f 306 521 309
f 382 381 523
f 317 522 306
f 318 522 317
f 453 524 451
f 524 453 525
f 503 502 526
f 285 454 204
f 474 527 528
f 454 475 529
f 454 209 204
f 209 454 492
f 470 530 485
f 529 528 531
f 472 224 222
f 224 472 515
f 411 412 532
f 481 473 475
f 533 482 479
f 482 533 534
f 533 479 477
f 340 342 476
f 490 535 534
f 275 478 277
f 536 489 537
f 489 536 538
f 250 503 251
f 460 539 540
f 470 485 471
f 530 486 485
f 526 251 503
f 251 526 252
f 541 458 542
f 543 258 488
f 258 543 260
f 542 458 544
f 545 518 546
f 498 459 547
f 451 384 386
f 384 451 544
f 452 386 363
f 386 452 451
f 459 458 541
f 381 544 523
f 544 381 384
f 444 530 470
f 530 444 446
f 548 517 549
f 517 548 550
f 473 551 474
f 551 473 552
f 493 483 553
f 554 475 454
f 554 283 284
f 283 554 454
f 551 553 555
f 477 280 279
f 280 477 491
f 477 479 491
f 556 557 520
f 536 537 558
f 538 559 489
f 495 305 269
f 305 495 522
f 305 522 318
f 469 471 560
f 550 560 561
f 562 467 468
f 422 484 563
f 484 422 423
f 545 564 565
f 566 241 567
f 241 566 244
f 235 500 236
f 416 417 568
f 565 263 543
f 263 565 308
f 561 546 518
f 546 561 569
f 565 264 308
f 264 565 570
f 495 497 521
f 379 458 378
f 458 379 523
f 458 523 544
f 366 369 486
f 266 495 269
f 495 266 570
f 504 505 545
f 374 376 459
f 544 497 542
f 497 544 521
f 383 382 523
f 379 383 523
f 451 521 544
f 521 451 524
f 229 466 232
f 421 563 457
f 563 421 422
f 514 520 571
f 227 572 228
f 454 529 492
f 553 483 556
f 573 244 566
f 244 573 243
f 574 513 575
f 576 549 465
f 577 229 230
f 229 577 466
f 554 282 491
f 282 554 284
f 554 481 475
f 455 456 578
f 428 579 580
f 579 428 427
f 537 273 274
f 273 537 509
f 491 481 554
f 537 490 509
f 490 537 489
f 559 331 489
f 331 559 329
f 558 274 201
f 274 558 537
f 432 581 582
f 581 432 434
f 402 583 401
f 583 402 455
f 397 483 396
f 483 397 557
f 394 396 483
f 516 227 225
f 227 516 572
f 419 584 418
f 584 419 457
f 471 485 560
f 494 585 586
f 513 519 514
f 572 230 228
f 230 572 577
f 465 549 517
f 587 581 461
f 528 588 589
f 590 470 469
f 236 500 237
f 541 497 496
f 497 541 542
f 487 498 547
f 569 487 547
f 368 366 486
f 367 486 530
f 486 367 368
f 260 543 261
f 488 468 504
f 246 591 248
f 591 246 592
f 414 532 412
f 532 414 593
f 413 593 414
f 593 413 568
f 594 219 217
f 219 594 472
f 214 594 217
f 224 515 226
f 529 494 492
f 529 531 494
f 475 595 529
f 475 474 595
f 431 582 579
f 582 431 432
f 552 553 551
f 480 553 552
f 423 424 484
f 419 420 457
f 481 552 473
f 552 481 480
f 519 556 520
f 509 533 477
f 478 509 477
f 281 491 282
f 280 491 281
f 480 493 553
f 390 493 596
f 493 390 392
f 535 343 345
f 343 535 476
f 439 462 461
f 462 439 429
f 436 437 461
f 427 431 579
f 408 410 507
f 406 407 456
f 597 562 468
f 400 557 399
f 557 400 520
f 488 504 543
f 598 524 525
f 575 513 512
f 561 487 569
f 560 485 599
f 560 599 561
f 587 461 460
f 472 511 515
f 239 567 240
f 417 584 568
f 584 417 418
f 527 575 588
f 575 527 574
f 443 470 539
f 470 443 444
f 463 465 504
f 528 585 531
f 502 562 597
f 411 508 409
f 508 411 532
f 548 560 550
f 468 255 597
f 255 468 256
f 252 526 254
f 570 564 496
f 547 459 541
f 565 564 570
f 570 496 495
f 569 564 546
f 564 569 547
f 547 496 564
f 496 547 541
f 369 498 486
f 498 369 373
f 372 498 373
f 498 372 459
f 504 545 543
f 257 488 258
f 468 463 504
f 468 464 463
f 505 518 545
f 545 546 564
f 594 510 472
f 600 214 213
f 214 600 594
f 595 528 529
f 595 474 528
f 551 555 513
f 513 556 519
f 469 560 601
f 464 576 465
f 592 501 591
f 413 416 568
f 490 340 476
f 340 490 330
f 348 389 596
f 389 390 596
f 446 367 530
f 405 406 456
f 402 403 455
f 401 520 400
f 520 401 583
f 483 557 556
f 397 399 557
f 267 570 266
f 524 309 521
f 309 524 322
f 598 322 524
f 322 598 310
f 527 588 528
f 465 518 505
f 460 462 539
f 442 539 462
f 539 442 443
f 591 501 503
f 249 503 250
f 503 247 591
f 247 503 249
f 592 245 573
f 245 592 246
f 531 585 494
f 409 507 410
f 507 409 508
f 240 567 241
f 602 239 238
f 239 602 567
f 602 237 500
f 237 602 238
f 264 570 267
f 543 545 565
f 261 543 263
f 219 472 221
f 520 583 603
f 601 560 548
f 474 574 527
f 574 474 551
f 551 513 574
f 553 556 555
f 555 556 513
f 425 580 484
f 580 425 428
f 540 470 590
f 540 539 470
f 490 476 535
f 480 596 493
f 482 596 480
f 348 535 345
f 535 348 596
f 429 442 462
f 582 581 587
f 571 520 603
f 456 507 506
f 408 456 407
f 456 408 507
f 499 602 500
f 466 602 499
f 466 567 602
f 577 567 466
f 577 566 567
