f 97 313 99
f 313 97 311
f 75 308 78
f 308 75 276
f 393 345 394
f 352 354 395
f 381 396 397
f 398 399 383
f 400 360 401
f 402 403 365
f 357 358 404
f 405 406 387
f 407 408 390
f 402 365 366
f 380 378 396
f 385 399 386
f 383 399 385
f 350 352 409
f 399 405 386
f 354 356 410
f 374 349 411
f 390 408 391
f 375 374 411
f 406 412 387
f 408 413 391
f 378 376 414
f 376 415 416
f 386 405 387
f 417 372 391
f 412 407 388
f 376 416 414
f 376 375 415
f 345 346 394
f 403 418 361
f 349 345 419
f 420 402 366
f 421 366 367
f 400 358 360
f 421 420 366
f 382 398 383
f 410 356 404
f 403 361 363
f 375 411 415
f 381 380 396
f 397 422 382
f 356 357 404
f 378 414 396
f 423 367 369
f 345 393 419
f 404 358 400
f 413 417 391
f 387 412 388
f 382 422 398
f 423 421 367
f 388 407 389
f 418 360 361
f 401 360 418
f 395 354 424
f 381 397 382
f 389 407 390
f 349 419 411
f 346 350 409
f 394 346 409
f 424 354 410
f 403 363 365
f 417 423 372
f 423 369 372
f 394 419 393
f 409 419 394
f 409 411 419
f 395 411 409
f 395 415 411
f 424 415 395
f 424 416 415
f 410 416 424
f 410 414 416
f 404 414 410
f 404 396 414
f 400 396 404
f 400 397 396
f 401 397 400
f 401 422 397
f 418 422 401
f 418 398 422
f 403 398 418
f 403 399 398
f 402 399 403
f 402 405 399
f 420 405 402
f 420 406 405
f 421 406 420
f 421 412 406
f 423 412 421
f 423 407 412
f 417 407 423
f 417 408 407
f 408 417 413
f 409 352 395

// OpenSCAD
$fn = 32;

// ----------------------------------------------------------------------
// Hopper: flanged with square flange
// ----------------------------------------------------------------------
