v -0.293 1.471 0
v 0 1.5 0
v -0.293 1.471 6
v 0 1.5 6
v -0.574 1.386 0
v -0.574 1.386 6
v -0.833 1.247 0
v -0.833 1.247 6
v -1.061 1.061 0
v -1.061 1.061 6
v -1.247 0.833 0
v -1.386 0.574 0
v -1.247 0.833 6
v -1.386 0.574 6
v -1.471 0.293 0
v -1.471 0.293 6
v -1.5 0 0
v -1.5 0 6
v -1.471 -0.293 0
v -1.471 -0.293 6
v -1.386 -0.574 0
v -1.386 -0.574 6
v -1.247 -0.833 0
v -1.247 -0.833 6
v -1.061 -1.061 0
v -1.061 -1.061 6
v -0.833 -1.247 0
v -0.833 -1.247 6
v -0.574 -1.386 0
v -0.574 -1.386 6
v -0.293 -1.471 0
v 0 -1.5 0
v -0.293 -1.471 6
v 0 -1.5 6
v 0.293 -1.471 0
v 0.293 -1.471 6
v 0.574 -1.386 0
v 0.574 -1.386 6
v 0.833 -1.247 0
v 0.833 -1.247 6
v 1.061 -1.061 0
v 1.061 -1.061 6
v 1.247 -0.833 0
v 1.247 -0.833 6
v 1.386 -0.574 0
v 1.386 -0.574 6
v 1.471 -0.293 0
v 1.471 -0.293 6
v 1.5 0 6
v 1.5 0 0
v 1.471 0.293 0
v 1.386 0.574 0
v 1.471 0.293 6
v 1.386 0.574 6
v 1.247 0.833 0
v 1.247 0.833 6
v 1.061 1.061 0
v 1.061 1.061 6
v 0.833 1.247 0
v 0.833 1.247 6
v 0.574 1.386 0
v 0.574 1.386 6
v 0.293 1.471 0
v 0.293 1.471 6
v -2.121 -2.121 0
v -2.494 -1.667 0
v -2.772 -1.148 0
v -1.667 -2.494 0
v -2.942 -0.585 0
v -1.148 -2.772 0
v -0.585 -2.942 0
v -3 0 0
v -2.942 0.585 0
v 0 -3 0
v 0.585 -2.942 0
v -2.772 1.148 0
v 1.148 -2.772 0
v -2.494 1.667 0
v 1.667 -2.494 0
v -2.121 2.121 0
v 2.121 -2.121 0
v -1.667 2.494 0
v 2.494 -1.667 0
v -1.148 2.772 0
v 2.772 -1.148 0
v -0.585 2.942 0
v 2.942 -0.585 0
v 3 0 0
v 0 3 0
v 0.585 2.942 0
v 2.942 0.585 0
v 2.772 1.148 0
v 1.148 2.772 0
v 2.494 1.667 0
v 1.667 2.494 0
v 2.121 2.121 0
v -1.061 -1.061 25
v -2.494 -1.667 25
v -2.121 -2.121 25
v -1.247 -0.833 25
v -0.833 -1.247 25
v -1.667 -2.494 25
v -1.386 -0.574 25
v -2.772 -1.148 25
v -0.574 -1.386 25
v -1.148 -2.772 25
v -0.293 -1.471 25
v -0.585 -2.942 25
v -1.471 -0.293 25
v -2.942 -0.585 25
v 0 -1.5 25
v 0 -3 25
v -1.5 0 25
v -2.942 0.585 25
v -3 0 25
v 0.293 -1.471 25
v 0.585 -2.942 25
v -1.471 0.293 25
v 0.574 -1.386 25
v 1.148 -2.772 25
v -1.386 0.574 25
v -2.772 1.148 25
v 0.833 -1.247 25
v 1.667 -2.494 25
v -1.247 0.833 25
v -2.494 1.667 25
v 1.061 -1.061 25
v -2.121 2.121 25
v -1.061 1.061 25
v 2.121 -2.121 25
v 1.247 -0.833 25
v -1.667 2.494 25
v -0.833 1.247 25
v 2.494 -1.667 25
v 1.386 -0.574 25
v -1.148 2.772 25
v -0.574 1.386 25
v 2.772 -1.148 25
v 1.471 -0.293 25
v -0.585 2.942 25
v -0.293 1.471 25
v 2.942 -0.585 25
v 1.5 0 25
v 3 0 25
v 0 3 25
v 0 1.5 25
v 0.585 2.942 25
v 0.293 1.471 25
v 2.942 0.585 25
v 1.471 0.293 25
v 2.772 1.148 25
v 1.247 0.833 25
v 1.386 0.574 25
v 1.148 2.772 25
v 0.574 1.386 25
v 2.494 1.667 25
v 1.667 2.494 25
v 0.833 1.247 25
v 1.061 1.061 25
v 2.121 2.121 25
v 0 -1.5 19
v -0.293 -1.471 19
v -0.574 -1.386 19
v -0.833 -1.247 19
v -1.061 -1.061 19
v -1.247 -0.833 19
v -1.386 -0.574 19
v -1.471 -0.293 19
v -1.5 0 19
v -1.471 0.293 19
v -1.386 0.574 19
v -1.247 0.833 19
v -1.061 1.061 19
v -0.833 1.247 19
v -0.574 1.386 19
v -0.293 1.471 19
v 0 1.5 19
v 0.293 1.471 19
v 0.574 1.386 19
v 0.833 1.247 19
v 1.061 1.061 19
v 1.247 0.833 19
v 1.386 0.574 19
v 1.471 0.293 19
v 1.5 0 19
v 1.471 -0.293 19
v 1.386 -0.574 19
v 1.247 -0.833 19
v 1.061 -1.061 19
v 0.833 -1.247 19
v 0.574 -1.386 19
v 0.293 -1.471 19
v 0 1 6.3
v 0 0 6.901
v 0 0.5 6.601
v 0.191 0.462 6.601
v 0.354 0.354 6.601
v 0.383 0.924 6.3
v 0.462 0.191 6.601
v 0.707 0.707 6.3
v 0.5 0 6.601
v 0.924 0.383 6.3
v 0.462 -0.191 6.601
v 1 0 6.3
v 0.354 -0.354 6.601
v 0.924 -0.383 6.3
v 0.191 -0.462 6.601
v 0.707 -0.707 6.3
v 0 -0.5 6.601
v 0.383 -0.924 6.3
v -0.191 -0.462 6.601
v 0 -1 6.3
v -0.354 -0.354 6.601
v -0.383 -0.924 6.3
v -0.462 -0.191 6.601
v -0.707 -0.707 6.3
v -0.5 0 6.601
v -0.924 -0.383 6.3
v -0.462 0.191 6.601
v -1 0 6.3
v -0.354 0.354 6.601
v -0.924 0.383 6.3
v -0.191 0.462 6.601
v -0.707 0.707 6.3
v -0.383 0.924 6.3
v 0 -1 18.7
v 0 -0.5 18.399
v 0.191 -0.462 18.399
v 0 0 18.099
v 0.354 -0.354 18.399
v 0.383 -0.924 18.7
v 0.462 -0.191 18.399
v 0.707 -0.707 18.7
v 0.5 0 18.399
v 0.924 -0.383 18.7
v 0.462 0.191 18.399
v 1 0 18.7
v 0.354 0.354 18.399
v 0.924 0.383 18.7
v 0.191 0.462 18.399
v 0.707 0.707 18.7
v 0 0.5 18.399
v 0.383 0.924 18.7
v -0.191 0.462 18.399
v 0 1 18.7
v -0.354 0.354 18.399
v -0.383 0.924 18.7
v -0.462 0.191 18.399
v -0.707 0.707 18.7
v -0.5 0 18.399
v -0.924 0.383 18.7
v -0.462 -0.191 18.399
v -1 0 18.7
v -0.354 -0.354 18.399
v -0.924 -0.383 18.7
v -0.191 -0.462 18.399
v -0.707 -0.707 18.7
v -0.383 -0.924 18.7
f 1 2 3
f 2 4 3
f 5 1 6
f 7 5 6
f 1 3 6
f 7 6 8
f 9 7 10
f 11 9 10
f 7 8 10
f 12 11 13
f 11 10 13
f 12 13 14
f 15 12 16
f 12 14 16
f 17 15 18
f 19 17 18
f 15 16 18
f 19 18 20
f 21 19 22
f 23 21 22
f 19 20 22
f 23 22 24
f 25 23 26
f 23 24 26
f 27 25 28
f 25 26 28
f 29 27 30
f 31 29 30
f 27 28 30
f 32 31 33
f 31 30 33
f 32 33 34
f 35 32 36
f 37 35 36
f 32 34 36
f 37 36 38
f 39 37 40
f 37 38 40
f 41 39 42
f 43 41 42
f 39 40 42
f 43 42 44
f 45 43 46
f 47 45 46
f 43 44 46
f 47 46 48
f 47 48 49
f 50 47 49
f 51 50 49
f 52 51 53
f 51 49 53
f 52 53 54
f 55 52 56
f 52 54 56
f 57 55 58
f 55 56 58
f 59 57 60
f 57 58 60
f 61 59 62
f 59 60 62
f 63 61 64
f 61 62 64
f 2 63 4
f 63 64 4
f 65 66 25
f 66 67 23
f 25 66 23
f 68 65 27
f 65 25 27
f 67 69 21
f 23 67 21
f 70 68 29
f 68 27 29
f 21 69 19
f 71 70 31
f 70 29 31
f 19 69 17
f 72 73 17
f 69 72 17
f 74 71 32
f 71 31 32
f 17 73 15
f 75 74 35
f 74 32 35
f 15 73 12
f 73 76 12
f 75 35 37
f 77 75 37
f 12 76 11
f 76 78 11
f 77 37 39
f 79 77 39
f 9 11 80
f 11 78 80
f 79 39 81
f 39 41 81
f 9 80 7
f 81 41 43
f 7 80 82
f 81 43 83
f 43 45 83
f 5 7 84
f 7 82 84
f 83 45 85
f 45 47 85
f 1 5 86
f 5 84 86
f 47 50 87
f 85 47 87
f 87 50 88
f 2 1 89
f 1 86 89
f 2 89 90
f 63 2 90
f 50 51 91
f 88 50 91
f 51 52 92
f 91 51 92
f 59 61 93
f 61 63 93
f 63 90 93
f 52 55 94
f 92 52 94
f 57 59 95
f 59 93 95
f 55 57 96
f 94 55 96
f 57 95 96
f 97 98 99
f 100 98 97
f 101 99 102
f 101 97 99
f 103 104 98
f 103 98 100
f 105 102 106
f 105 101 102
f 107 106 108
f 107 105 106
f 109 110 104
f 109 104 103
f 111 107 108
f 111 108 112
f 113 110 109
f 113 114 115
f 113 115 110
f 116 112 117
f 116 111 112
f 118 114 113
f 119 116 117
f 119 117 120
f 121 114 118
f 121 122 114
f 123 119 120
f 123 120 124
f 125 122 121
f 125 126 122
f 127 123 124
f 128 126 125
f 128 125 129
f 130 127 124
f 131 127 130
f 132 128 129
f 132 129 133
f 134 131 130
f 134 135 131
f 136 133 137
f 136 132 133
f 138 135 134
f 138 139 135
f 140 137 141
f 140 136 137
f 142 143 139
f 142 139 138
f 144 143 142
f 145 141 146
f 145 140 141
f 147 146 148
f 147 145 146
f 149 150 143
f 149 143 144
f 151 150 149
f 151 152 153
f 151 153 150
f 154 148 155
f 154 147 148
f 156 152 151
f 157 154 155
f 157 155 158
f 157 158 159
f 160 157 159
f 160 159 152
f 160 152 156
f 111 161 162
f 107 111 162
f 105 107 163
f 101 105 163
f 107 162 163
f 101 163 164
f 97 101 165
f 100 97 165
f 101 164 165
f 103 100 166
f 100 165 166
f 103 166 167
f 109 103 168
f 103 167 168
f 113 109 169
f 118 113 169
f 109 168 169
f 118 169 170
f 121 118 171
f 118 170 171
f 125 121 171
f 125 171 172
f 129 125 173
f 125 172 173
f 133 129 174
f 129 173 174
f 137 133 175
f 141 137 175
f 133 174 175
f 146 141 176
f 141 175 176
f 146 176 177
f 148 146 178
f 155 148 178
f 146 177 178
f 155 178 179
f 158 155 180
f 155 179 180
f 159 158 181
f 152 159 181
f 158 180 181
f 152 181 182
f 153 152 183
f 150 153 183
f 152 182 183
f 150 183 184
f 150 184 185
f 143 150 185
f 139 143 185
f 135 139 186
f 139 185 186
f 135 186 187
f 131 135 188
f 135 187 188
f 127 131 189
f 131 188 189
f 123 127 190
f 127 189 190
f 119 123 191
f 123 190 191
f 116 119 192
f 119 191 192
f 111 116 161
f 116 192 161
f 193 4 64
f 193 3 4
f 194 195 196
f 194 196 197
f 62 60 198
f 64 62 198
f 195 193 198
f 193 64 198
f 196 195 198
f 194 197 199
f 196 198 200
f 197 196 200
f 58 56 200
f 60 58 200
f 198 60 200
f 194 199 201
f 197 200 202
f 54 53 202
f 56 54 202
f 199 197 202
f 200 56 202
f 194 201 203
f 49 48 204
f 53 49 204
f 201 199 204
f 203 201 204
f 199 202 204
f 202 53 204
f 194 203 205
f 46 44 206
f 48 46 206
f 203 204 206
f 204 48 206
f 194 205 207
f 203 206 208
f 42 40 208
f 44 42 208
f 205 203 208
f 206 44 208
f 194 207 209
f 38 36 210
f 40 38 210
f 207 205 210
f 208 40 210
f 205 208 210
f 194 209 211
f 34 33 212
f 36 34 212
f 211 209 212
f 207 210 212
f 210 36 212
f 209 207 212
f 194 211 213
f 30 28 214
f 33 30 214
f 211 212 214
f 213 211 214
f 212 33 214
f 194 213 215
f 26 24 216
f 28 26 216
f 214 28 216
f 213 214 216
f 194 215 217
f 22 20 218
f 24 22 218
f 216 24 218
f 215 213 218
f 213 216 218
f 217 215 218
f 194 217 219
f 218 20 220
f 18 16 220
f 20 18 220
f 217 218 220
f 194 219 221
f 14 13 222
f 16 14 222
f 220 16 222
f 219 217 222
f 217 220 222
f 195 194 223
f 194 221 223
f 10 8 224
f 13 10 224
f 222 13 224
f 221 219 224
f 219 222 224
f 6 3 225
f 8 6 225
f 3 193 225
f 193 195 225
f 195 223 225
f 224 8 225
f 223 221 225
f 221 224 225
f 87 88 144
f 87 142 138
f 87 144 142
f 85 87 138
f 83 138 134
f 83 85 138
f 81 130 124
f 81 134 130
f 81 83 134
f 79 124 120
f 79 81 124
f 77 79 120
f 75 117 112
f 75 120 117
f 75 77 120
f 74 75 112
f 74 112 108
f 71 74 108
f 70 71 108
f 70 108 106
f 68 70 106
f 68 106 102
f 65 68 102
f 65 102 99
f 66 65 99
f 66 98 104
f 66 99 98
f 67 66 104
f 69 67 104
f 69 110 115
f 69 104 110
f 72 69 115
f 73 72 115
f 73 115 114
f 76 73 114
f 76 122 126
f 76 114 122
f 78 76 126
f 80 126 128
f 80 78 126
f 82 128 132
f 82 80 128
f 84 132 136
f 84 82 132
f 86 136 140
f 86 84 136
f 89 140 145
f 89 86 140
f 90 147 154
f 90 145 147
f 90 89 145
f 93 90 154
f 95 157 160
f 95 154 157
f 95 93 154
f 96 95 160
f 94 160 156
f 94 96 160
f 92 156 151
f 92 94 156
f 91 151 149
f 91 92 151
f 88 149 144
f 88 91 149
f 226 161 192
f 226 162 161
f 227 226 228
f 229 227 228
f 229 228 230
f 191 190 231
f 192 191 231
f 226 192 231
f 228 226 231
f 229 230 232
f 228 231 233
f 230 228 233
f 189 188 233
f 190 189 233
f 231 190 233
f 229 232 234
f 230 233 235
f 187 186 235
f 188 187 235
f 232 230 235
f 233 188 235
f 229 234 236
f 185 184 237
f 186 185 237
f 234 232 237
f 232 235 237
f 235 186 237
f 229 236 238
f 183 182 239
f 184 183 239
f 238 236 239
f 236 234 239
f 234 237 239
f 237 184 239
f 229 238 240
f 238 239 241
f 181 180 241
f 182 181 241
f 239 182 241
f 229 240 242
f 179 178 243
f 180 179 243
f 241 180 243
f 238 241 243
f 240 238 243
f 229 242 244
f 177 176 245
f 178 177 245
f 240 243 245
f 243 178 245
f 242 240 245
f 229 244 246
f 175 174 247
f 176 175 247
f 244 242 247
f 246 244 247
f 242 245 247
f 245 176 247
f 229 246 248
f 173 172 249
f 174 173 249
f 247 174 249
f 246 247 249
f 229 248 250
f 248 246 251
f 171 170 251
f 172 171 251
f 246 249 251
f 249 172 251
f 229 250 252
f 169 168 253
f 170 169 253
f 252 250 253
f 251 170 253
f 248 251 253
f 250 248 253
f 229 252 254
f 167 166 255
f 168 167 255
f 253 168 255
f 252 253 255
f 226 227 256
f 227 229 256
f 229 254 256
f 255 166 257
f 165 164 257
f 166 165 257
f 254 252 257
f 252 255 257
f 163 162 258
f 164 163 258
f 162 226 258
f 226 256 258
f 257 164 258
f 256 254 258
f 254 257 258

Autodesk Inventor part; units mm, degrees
ref_plane "YZ Plane" through (0, 0, 0) normal (1, 0, 0) x (0, 1, 0)
ref_plane "XZ Plane" through (0, 0, 0) normal (0, 1, 0) x (-1, 0, 0)
ref_plane "XY Plane" through (0, 0, 0) normal (0, 0, 1) x (1, 0, 0)
sketch "スケッチ1" plane through (0, 0, 0) normal (0, 0, 1) x (1, 0, 0)
  circle A0 centre (0, 0) radius 3
  dimension "d0" = 6
extrude "押し出し1" add sketch "スケッチ1" along normal blind 25
hole "穴1" at (0, 0, 0) direction (0, 0, 1) diameter 3 depth 6 tip angle 118
sketch "スケッチ2" plane through (0, 0, 25) normal (0, 0, 1) x (1, 0, 0)
  circle A0 centre (0, 0) radius 3 projected
hole "穴2" at (0, 0, 25) direction (0, 0, -1) diameter 3 depth 6 tip angle 118
properties part number "スペーサ　m3-l25" material "アルミニウム 2014-T4"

Your assignment :: Give back the line containing "f 248 246 251" and all the lines after it through the end of the records, unchanged.

Response to this exercise ::
f 248 246 251
f 171 170 251
f 172 171 251
f 246 249 251
f 249 172 251
f 229 250 252
f 169 168 253
f 170 169 253
f 252 250 253
f 251 170 253
f 248 251 253
f 250 248 253
f 229 252 254
f 167 166 255
f 168 167 255
f 253 168 255
f 252 253 255
f 226 227 256
f 227 229 256
f 229 254 256
f 255 166 257
f 165 164 257
f 166 165 257
f 254 252 257
f 252 255 257
f 163 162 258
f 164 163 258
f 162 226 258
f 226 256 258
f 257 164 258
f 256 254 258
f 254 257 258

Autodesk Inventor part; units mm, degrees
ref_plane "YZ Plane" through (0, 0, 0) normal (1, 0, 0) x (0, 1, 0)
ref_plane "XZ Plane" through (0, 0, 0) normal (0, 1, 0) x (-1, 0, 0)
ref_plane "XY Plane" through (0, 0, 0) normal (0, 0, 1) x (1, 0, 0)
sketch "スケッチ1" plane through (0, 0, 0) normal (0, 0, 1) x (1, 0, 0)
  circle A0 centre (0, 0) radius 3
  dimension "d0" = 6
extrude "押し出し1" add sketch "スケッチ1" along normal blind 25
hole "穴1" at (0, 0, 0) direction (0, 0, 1) diameter 3 depth 6 tip angle 118
sketch "スケッチ2" plane through (0, 0, 25) normal (0, 0, 1) x (1, 0, 0)
  circle A0 centre (0, 0) radius 3 projected
hole "穴2" at (0, 0, 25) direction (0, 0, -1) diameter 3 depth 6 tip angle 118
properties part number "スペーサ　m3-l25" material "アルミニウム 2014-T4"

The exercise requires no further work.